Problem description: Copy each line below that contains "amount".

### Supplied material ###

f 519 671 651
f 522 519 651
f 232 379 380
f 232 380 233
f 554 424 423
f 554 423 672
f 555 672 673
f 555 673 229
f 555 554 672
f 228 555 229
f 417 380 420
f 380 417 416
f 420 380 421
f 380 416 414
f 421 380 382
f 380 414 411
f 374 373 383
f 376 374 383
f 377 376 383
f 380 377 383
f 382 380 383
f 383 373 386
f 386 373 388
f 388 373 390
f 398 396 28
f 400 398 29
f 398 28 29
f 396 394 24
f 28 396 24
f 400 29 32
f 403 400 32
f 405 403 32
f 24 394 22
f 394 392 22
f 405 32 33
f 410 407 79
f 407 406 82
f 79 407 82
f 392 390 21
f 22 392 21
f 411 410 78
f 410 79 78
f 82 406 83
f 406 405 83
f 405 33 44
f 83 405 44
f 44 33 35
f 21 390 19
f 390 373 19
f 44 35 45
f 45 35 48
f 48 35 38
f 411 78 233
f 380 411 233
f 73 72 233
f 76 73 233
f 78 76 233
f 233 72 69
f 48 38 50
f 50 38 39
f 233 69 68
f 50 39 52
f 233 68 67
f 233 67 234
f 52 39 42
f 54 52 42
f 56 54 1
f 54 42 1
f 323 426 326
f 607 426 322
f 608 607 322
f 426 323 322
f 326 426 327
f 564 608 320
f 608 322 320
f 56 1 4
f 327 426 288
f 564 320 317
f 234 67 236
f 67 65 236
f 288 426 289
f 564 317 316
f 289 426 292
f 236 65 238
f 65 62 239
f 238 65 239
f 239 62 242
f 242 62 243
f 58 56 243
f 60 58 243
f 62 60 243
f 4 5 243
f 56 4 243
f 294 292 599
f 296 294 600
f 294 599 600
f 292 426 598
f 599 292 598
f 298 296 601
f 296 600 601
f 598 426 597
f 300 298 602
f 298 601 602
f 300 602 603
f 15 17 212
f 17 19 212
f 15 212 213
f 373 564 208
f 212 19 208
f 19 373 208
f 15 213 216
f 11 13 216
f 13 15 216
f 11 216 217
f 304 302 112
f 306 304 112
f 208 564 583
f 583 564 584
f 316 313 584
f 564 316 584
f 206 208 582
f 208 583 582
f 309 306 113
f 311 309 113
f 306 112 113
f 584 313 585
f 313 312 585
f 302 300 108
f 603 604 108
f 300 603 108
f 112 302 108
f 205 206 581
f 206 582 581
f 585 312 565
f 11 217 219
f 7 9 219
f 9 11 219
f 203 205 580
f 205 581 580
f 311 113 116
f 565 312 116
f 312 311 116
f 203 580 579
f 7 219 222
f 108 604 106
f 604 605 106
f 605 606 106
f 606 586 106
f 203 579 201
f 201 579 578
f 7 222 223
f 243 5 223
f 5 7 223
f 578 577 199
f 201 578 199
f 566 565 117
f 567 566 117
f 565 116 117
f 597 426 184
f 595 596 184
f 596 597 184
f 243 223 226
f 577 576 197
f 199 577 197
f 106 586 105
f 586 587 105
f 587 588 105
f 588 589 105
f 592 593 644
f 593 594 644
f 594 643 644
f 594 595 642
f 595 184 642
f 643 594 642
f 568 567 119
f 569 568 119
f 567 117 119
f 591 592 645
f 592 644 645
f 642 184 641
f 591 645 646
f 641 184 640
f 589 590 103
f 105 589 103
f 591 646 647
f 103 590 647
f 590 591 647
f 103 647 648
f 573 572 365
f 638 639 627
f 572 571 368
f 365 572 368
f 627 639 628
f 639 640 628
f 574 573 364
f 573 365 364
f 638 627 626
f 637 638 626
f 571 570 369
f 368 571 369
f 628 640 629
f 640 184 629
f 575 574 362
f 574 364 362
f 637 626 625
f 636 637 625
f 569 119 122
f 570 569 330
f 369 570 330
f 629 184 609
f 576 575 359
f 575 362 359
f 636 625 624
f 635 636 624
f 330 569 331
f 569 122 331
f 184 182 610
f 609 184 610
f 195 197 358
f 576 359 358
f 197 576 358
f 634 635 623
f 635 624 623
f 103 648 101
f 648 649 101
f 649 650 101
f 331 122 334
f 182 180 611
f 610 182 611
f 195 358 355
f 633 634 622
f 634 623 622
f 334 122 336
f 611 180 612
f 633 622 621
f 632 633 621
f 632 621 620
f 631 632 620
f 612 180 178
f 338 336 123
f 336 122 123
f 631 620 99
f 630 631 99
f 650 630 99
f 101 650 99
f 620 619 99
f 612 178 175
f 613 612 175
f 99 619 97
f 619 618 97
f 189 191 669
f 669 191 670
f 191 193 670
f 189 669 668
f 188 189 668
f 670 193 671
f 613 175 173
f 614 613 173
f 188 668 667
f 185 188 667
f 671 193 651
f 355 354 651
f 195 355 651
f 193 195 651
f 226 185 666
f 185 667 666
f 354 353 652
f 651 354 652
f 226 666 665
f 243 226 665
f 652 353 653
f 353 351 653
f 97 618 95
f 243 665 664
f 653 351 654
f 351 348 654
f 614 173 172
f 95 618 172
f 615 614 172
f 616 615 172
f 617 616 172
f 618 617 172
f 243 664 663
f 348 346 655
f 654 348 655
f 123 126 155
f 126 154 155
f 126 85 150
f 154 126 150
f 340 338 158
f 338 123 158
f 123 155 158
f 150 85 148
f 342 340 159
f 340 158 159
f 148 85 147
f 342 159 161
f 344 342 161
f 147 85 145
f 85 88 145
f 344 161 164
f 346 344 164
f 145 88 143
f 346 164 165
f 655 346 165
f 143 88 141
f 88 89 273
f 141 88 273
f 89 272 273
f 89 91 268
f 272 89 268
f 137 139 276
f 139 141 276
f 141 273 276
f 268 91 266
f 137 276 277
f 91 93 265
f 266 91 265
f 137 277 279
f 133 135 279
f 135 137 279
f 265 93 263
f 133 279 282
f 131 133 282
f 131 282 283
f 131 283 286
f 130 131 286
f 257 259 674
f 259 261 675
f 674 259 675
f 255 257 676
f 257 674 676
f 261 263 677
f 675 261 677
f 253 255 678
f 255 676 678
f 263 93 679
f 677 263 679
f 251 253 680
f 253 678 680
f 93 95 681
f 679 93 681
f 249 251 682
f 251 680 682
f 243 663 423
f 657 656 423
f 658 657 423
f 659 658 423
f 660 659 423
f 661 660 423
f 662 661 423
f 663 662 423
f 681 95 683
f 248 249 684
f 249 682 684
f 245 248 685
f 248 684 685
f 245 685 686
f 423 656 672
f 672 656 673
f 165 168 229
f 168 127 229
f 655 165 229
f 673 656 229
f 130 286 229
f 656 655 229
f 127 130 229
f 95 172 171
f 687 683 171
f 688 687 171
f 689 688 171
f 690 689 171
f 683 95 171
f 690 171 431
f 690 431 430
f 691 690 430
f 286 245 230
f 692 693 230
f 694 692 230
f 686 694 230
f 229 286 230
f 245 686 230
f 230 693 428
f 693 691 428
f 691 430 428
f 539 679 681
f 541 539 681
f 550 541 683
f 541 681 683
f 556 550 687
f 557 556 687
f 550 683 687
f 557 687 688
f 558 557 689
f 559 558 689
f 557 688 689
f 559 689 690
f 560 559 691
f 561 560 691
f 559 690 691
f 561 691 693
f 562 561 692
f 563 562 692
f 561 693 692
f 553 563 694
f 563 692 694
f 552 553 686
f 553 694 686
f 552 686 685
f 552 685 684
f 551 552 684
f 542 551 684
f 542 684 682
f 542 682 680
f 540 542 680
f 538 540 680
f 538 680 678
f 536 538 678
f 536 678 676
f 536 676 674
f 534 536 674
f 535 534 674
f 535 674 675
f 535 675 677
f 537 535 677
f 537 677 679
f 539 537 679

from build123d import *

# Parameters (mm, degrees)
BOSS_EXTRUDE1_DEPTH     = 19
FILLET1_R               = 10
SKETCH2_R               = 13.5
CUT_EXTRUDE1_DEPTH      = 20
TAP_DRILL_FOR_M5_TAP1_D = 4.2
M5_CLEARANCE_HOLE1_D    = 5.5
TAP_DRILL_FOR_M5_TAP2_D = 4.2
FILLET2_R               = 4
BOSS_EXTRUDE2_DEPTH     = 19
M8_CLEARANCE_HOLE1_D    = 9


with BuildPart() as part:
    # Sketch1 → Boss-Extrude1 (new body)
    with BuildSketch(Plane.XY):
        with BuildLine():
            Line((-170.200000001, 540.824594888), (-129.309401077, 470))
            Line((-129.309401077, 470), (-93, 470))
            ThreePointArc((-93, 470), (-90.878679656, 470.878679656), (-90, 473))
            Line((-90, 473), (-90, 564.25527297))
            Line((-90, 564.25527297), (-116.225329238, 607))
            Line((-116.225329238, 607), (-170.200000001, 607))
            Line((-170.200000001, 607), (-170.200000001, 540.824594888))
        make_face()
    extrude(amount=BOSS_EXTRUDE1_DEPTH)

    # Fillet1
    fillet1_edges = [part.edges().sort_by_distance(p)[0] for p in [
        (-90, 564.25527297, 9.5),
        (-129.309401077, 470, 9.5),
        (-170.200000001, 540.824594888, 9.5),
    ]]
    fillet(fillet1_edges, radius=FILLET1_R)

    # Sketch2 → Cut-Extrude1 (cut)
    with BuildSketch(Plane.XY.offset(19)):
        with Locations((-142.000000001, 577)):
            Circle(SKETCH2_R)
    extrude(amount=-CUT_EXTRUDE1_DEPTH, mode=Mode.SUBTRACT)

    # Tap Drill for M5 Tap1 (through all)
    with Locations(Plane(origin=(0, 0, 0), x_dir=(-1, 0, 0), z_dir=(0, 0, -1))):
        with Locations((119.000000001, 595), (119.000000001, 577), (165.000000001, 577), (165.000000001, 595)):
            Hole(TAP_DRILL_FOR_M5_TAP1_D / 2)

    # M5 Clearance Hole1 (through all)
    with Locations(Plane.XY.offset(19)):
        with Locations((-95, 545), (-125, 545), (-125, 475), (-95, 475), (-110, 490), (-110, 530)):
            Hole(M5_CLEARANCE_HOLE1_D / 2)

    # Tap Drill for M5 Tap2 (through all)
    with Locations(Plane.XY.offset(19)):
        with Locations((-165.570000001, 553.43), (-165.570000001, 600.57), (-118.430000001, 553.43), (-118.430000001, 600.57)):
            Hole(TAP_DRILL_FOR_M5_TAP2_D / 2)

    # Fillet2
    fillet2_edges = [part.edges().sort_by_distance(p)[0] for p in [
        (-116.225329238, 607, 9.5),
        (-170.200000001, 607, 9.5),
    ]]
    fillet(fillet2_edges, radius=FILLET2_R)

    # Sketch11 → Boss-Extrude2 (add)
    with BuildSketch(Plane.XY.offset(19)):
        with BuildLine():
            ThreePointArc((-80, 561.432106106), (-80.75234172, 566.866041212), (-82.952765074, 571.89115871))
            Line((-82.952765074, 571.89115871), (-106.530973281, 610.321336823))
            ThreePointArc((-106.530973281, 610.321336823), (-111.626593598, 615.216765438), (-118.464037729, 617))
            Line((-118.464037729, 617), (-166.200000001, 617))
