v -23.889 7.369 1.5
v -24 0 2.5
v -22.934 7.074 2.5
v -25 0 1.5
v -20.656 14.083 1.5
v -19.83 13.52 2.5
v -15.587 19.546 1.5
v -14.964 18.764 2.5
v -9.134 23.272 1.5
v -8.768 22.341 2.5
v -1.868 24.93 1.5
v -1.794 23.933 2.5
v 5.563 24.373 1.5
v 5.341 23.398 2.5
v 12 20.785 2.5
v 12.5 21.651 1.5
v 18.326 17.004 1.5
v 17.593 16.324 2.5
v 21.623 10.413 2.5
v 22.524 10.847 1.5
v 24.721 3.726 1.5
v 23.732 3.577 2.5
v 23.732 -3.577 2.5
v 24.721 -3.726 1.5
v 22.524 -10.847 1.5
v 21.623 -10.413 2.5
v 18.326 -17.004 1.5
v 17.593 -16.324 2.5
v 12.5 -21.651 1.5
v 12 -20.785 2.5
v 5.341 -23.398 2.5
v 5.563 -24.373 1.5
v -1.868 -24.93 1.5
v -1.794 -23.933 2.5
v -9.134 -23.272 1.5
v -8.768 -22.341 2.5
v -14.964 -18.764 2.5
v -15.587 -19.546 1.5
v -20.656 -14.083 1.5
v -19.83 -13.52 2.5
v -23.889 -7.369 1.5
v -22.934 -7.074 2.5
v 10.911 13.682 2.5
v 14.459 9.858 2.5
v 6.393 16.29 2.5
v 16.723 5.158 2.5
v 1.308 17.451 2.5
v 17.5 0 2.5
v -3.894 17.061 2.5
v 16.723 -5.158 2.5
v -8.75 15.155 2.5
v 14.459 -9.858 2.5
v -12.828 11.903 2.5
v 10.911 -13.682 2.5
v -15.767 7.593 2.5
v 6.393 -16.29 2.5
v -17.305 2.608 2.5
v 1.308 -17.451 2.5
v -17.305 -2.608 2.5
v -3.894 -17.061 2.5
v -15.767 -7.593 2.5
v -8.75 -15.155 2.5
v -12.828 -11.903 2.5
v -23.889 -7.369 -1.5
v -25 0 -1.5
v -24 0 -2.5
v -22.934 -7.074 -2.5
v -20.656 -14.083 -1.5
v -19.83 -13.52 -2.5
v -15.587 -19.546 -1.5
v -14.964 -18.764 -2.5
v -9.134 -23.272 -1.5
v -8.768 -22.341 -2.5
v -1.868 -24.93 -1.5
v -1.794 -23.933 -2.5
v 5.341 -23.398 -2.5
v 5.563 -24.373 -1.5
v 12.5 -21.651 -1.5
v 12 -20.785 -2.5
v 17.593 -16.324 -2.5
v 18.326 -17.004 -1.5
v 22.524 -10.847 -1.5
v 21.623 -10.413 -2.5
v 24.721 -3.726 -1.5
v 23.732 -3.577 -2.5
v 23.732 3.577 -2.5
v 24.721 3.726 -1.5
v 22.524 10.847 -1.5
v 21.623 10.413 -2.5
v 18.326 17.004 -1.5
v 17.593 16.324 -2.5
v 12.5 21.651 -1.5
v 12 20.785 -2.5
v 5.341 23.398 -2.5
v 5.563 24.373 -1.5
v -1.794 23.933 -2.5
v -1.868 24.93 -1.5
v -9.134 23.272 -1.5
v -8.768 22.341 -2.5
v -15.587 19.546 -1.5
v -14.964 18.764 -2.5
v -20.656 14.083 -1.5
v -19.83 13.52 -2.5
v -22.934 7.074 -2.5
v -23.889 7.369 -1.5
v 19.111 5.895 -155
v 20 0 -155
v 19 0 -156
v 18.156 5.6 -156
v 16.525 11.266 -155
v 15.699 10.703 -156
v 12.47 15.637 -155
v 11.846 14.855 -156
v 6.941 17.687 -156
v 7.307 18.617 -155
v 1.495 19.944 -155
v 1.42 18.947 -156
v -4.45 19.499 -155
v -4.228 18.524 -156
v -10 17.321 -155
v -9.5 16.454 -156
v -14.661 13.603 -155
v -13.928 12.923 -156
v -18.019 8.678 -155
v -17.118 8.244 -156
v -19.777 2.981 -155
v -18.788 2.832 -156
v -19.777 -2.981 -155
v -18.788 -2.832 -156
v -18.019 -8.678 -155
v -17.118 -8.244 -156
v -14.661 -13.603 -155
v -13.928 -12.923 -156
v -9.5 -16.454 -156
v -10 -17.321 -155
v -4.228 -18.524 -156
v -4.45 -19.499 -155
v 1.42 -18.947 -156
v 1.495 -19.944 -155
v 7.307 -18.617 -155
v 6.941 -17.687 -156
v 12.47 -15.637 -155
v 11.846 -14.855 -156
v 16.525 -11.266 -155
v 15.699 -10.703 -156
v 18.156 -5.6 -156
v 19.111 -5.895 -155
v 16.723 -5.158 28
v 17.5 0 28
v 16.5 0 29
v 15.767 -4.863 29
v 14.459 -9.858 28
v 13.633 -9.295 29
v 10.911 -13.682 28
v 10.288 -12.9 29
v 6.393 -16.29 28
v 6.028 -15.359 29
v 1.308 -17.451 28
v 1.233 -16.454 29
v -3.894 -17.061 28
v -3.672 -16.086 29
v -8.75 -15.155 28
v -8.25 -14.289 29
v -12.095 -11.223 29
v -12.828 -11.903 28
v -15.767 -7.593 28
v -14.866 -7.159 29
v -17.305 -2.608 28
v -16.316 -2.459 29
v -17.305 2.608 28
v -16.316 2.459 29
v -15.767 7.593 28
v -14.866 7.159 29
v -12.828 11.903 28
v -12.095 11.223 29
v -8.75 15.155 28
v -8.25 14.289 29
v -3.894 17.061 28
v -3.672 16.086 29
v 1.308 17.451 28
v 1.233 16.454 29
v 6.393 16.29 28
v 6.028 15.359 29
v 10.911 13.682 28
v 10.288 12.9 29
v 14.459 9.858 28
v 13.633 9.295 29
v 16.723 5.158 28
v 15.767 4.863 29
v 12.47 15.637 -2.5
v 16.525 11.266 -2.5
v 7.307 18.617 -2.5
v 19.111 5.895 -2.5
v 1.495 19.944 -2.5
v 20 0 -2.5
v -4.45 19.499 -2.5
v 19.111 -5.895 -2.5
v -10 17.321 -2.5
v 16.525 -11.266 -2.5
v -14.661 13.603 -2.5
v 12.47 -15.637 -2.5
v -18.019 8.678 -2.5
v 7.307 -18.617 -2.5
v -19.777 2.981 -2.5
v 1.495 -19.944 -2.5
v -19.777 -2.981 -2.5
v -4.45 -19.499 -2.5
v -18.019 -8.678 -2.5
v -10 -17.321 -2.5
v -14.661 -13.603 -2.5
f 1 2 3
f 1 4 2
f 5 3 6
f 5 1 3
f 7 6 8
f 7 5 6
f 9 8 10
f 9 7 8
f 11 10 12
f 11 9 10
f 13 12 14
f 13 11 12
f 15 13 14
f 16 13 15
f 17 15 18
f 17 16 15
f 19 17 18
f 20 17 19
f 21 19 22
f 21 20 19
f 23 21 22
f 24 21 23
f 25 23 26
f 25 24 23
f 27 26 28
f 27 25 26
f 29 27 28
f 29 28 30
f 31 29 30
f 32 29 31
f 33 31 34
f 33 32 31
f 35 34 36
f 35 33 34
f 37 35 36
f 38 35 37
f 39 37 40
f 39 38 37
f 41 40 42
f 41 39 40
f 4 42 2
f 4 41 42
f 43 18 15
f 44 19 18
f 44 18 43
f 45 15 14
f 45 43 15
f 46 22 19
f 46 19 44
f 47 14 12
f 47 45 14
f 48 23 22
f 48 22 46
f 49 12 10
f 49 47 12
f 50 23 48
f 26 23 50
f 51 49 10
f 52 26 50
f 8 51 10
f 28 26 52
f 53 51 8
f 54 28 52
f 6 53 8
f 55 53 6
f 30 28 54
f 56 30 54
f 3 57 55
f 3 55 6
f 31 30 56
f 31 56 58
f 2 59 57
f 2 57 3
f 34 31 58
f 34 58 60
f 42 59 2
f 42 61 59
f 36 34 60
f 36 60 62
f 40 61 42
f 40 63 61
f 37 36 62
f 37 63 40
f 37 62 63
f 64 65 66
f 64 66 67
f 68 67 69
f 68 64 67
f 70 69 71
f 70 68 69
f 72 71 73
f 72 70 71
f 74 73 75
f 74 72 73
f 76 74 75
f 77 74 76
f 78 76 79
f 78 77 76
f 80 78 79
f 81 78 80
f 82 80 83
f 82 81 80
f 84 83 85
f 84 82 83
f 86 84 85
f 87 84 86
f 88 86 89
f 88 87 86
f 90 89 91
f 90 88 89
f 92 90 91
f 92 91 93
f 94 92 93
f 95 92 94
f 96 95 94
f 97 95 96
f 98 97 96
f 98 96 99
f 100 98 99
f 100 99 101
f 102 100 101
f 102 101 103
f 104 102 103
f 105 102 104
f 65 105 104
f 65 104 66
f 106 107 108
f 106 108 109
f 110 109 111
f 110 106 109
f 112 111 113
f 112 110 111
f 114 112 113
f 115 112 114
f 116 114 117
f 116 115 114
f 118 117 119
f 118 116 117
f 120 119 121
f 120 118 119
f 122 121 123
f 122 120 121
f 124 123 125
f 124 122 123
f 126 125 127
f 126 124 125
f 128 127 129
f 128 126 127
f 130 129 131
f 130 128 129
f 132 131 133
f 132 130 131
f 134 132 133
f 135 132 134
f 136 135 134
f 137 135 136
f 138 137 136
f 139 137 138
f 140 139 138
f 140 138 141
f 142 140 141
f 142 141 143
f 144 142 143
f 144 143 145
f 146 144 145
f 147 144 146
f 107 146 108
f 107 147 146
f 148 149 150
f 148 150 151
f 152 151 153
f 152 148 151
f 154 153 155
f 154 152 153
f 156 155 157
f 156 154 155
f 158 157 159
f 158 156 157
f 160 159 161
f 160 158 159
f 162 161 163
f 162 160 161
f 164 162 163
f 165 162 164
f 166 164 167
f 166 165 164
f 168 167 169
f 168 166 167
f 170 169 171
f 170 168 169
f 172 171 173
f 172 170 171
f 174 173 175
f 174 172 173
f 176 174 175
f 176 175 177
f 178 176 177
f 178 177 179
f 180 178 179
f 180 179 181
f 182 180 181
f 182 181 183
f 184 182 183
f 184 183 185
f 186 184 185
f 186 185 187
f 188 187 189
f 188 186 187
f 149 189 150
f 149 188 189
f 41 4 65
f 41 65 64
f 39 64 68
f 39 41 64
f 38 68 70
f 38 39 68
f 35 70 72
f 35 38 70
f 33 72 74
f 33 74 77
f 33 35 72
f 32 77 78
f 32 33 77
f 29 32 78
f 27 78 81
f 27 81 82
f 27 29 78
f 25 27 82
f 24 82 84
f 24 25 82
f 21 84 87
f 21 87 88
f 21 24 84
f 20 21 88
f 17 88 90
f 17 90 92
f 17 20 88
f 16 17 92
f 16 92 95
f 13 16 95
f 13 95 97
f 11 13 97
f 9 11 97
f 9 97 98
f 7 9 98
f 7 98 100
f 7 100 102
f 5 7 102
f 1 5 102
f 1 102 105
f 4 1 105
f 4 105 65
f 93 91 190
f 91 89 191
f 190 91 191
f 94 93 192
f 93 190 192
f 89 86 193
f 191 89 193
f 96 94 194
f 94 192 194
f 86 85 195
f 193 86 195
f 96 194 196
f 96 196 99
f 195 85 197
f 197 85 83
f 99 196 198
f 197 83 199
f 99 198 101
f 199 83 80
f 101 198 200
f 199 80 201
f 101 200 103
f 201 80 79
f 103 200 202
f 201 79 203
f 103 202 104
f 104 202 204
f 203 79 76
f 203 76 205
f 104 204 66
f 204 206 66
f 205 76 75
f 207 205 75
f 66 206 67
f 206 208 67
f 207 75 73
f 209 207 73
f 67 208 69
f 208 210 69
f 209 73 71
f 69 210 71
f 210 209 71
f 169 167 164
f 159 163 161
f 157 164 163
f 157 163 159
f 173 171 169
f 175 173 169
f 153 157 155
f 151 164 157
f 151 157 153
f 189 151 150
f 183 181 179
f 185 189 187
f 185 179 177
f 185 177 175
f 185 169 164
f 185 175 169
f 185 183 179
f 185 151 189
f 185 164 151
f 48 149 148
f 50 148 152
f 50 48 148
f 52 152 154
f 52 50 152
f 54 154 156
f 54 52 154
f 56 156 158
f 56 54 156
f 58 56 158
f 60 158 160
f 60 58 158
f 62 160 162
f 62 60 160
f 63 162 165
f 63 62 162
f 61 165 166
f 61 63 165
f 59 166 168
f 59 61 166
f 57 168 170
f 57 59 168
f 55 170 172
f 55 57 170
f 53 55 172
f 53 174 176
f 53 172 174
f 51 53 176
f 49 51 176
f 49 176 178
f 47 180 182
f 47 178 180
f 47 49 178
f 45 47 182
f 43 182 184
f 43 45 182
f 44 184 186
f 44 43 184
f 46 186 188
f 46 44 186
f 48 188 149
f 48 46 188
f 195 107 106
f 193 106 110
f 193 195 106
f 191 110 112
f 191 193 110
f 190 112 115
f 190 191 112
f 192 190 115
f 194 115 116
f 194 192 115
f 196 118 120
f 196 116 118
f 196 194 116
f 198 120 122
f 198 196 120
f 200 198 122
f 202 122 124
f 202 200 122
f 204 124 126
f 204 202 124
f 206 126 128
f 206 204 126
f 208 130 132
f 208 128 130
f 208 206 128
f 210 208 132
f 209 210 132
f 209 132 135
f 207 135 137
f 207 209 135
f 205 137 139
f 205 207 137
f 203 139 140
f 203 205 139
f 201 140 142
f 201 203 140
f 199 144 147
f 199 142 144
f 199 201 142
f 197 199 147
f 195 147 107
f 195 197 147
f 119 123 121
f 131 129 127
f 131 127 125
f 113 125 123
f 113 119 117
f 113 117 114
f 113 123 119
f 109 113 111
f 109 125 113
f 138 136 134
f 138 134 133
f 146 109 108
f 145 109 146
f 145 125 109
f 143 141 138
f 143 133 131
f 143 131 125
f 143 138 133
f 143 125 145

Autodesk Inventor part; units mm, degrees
ref_plane "YZ Plane" through (0, 0, 0) normal (1, 0, 0) x (0, 1, 0)
ref_plane "XZ Plane" through (0, 0, 0) normal (0, 1, 0) x (-1, 0, 0)
ref_plane "XY Plane" through (0, 0, 0) normal (0, 0, 1) x (1, 0, 0)
sketch "Esboço1" plane through (0, 0, 0) normal (0, 0, 1) x (-1, 0, 0)
  circle A0 centre (0, 0) radius 25
  dimension "d0" = 50
extrude "Extrusão1" add sketch "Esboço1" along normal mid plane 5
sketch "Esboço2" plane through (0, 0, 0) normal (0, 0, -1) x (1, 0, 0)
  circle A0 centre (0, 0) radius 20
  dimension "d3" = 40
extrude "Extrusão2" add sketch "Esboço2" along normal blind 156
sketch "Esboço3" plane through (0, 0, 0) normal (0, 0, 1) x (1, 0, 0)
  circle A0 centre (0, 0) radius 17.5
  dimension "d6" = 35
extrude "Extrusão3" add sketch "Esboço3" along normal blind 29
chamfer "Chanfro1" distance 1 angle 45 1 edges at (-20, 0, -156)
chamfer "Chanfro2" distance 1 angle 45 3 edges at (25, 0, -2.5) (25, 0, 2.5) (-17.5, 0, 29)
properties material "Liga de aço"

###

Written reply:
    extrude(amount=BOSS_EXTRUDE1_DEPTH)
    extrude(amount=-CUT_EXTRUDE1_DEPTH, mode=Mode.SUBTRACT)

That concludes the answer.